Background

Multi-target peptide therapeutics targeting glucagon receptor (GCGR), glucagon-like peptide-1 receptor (GLP1R), and glucose-dependent insulinotropic polypeptide receptor (GIPR) represent a promising approach for treating diabetes and obesity. Triple agonist peptides demonstrate superior efficacy compared to single-target approaches, yet rational design remains computationally challenging due to complex sequence-structure-activity relationships.
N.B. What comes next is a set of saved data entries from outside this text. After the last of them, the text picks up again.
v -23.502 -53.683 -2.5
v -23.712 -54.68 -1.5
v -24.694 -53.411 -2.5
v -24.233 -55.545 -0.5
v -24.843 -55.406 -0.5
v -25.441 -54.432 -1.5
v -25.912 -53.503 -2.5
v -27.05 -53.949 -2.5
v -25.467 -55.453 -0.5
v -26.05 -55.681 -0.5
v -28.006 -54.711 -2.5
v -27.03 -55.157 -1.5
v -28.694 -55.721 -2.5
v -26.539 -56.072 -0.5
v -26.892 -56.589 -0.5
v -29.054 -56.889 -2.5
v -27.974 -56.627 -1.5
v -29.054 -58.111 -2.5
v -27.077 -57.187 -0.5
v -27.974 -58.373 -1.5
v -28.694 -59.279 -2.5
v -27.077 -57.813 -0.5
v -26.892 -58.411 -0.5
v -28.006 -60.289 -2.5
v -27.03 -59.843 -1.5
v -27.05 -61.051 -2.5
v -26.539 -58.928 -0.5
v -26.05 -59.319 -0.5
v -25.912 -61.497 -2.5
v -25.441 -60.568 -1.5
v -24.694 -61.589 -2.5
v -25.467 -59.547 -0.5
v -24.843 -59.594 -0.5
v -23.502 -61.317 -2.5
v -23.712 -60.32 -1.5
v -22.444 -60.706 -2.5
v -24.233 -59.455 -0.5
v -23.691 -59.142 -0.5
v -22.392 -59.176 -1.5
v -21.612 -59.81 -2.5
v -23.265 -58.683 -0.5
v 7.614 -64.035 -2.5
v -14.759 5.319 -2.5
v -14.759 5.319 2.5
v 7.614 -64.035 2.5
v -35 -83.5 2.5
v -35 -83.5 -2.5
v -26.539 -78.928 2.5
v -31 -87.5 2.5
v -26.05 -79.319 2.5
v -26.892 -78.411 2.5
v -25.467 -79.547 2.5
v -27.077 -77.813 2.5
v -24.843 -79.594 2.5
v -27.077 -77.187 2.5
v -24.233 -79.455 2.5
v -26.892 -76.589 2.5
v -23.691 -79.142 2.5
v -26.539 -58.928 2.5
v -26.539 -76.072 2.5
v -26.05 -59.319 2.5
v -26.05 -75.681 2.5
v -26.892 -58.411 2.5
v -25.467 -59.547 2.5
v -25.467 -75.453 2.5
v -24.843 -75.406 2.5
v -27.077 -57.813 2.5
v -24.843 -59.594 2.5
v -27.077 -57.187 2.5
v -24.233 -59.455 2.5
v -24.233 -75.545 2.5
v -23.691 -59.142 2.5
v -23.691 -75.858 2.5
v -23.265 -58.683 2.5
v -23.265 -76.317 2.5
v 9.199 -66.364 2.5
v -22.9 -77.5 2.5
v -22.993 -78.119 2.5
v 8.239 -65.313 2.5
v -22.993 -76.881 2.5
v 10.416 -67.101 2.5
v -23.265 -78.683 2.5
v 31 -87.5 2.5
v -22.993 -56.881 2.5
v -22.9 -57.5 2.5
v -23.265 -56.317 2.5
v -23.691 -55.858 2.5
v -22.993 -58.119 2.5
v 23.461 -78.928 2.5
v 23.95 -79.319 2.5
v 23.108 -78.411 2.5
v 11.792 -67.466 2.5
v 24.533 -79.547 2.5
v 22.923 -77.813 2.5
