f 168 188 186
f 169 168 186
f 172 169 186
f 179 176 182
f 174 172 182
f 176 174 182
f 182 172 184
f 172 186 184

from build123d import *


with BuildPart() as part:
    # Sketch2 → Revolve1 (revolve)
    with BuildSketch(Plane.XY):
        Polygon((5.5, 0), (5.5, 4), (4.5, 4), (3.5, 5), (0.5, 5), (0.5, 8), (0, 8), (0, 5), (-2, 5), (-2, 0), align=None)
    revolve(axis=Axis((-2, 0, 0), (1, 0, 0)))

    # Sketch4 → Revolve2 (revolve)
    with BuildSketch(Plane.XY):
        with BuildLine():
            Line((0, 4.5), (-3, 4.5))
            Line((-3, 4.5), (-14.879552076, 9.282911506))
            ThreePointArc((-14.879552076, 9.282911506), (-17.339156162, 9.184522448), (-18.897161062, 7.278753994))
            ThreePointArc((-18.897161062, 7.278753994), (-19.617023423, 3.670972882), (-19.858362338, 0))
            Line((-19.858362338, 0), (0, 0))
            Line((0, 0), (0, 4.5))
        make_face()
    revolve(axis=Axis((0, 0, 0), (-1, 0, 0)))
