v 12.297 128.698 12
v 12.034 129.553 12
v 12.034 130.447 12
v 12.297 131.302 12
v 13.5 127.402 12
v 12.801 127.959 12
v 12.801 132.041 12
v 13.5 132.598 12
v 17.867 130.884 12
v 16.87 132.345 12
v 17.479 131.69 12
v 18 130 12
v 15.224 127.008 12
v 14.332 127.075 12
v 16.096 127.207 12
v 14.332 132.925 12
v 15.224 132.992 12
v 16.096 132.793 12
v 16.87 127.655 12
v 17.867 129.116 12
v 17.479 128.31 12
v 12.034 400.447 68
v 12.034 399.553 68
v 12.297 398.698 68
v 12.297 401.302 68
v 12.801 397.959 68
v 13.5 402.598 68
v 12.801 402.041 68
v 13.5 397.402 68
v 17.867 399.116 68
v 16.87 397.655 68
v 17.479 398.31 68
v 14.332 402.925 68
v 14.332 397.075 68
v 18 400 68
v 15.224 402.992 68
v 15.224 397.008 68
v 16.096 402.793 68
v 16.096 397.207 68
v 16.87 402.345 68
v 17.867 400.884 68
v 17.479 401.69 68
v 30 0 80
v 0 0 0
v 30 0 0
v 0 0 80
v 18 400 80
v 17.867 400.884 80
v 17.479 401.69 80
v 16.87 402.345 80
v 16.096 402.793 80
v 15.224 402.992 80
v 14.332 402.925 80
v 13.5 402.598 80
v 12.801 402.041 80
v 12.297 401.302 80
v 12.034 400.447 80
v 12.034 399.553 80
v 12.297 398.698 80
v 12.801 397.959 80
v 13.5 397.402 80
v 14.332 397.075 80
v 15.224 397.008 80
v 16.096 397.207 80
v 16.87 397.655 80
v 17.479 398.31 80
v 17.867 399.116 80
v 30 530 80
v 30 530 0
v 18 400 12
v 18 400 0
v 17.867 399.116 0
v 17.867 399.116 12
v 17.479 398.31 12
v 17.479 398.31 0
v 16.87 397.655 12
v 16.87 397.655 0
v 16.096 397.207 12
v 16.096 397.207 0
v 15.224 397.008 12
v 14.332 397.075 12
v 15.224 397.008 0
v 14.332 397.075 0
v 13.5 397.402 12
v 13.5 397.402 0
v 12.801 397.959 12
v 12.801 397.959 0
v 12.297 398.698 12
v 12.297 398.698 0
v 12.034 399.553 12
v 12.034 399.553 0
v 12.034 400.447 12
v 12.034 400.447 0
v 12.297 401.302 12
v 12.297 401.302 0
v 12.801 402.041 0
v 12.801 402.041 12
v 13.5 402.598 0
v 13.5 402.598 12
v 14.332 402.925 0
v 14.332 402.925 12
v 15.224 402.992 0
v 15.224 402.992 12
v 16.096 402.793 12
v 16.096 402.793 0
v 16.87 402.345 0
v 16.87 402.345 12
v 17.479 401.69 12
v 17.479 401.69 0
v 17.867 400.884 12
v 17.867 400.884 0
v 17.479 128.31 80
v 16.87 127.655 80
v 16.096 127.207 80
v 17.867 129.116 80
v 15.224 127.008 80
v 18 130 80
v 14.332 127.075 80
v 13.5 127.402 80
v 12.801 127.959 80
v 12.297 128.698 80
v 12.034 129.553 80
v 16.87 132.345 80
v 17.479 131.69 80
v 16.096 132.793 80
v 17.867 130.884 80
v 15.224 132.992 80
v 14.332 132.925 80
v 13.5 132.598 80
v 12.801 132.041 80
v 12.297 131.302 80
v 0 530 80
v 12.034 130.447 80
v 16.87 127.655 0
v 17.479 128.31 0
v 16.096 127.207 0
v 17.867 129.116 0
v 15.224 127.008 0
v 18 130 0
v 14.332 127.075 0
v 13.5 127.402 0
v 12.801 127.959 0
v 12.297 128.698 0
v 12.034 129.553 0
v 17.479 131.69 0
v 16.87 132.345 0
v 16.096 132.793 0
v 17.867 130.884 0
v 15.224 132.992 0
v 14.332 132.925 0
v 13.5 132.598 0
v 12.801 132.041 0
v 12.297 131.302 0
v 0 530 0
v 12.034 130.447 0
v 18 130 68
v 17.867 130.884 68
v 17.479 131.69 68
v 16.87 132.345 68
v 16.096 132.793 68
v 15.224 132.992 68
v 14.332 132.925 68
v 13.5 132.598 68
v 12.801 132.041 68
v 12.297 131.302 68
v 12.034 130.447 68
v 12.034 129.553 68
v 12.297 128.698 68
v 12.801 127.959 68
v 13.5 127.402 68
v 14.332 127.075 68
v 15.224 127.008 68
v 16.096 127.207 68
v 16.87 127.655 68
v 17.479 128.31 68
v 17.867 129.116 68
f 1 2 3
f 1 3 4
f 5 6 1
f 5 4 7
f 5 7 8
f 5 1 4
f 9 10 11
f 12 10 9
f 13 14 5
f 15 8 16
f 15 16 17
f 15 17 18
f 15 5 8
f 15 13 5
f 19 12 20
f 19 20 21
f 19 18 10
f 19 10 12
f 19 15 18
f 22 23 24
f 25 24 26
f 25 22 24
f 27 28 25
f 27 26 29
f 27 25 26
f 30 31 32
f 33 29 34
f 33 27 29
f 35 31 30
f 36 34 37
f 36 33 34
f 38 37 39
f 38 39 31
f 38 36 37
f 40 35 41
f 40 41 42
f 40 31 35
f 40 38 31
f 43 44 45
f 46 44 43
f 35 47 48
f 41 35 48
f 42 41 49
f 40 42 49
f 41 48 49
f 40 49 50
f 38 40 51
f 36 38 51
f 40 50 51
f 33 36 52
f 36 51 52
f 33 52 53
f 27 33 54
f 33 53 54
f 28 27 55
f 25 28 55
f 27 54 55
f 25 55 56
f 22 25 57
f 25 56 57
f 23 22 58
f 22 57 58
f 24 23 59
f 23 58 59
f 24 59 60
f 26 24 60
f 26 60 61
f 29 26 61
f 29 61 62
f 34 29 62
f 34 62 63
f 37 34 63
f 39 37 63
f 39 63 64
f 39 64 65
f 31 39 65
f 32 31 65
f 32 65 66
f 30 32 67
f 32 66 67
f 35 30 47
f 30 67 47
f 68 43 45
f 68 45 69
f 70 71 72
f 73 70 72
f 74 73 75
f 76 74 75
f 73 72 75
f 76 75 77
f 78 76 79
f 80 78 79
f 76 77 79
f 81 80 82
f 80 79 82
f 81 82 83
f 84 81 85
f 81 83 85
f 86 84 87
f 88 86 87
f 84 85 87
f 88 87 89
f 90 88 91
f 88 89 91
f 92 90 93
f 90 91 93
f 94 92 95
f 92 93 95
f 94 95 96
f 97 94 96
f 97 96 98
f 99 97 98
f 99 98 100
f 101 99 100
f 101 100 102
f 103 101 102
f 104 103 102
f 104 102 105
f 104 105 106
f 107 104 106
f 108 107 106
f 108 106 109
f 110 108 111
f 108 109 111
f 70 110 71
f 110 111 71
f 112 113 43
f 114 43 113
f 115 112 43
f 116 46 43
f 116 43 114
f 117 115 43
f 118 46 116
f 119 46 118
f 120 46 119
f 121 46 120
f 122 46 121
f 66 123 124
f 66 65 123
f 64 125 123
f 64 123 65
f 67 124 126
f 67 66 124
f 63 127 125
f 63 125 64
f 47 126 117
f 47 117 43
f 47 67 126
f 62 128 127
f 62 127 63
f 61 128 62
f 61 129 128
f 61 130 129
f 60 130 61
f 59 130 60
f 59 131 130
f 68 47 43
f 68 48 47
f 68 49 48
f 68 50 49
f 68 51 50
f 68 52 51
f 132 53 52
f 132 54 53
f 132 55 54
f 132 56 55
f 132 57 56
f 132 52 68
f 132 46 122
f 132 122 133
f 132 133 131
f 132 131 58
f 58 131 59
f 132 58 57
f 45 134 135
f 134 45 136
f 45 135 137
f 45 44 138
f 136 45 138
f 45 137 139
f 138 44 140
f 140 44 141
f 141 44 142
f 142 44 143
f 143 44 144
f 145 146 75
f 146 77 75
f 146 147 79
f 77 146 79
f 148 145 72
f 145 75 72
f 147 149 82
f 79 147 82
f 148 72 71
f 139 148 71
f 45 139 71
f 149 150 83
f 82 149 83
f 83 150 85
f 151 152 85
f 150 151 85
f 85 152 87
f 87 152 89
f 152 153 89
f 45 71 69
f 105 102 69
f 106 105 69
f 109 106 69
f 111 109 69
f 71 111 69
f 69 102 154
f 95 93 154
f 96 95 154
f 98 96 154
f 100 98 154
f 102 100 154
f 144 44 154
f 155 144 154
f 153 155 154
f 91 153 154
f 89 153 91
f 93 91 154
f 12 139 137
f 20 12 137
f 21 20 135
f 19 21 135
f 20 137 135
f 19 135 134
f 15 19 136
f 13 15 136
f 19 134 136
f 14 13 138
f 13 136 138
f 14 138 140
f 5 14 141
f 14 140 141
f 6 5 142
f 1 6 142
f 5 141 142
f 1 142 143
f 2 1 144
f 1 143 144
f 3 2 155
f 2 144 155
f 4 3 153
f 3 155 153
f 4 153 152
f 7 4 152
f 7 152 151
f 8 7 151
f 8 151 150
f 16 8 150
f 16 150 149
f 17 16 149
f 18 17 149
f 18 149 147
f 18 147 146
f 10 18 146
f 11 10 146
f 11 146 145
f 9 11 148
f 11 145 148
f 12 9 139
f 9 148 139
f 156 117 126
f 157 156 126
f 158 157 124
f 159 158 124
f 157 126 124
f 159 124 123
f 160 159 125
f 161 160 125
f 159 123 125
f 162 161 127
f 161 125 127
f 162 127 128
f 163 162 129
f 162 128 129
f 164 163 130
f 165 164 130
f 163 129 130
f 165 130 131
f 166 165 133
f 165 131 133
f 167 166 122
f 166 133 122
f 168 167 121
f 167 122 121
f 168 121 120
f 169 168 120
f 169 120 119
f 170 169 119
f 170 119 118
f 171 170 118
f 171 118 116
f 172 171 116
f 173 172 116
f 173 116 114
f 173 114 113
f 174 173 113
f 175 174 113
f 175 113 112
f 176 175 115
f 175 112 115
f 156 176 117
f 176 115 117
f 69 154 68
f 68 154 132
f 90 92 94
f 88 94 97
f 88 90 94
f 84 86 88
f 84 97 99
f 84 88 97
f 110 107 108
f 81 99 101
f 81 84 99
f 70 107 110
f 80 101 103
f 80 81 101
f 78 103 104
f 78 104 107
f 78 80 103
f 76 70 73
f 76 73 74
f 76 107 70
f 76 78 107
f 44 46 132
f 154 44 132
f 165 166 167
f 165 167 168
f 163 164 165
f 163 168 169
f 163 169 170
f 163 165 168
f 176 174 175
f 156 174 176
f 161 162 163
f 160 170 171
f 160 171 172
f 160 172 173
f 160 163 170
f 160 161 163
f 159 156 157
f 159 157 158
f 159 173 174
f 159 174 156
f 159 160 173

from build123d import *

# Parameters (mm, degrees)
F0_W     = 530
F0_H     = 80
F1_DEPTH = 30
F2_R     = 3
F3_DEPTH = 12
F4_R     = 3
F5_DEPTH = 12
F6_R     = 3
F7_DEPTH = 12
F8_R     = 3
F9_DEPTH = 12


with BuildPart() as f1:
    # F0 (on Right) → F1 (new body)
    with BuildSketch(Plane.YZ):
        with Locations((265, 40)):
            Rectangle(F0_W, F0_H)
    extrude(amount=F1_DEPTH)

    # F2 (on face) → F3 (cut)
    with BuildSketch(Plane(origin=(0, 0, 0), x_dir=(1, 0, 0), z_dir=(0, 0, -1))):
        with Locations((15, -130)):
            Circle(F2_R)
    extrude(amount=-F3_DEPTH, mode=Mode.SUBTRACT)

    # F4 (on face) → F5 (cut)
    with BuildSketch(Plane.XY.offset(80)):
        with Locations((15, 130)):
            Circle(F4_R)
    extrude(amount=-F5_DEPTH, mode=Mode.SUBTRACT)

    # F6 (on face) → F7 (cut)
    with BuildSketch(Plane(origin=(0, 0, 0), x_dir=(1, 0, 0), z_dir=(0, 0, -1))):
        with Locations((15, -400)):
            Circle(F6_R)
    extrude(amount=-F7_DEPTH, mode=Mode.SUBTRACT)

    # F8 (on face) → F9 (cut)
    with BuildSketch(Plane.XY.offset(80)):
        with Locations((15, 400)):
            Circle(F8_R)
    extrude(amount=-F9_DEPTH, mode=Mode.SUBTRACT)


solid = f1.part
Existing methods, primarily based on convolutional neural networks, impose limitations including fixed sequence lengths and inadequate representation of molecular topology. Graph Attention Networks(GAT) offer advantages in capturing molecular structures and variable-length peptide sequences while providing interpretable insights into receptor-specific binding determinants.

Objective

To develop and validate a GAT-based framework for designing novel triple agonist peptides with optimized binding affinity across GCGR, GLP1R, and GIPR, and to compare performance against convolutional neural network approaches. Methods: A dataset of 234 peptide sequences with experimentally determined binding affinities was compiled from multiple sources. Peptides were represented as molecular graphs with seven-dimensional node features encoding physicochemical properties and positional information. The GAT architecture employed a shared encoder with task-specific prediction heads, implementing transfer learning to address limited GIPR training data. Performance was evaluated using 5-fold cross-validation and independent validation on 24 literature-derived sequences. A genetic algorithm framework was developed for peptide sequence optimization, incorporating multi-objective fitness evaluation based on predicted binding affinity, biological plausibility, and sequence novelty.

Results

Cross-validation demonstrated robust GAT performance across all receptors, with GCGR achieving high accuracy (AUC-ROC: 0.915 ± 0.050), followed by GLP1R (AUC-ROC: 0.853 ± 0.059), and GIPR showing acceptable performance despite limited data (AUC-ROC: 0.907 ± 0.083). Comparative analysis revealed receptor-specific advantages: GAT significantly outperformed CNN for GCGR prediction (RMSE: 0.942 vs 1.209, p = 0.0013), while CNN maintained superior GLP1R performance (RMSE: 0.552 vs 0.723). Genetic algorithm optimization achieved substantial improvement over baseline, with 4.0% fitness enhancement and generation of 20 candidates exhibiting mean binding probabilities exceeding 0.5 across all targets.

Conclusions

The GAT-based framework represents a significant advancement in computational peptide design, demonstrating receptor-specific advantages and robust optimization capabilities. Genetic algorithm optimization enables systematic exploration of sequence space while maintaining biological constraints. This approach provides a rational framework for prioritizing experimental validation efforts in triple agonist development.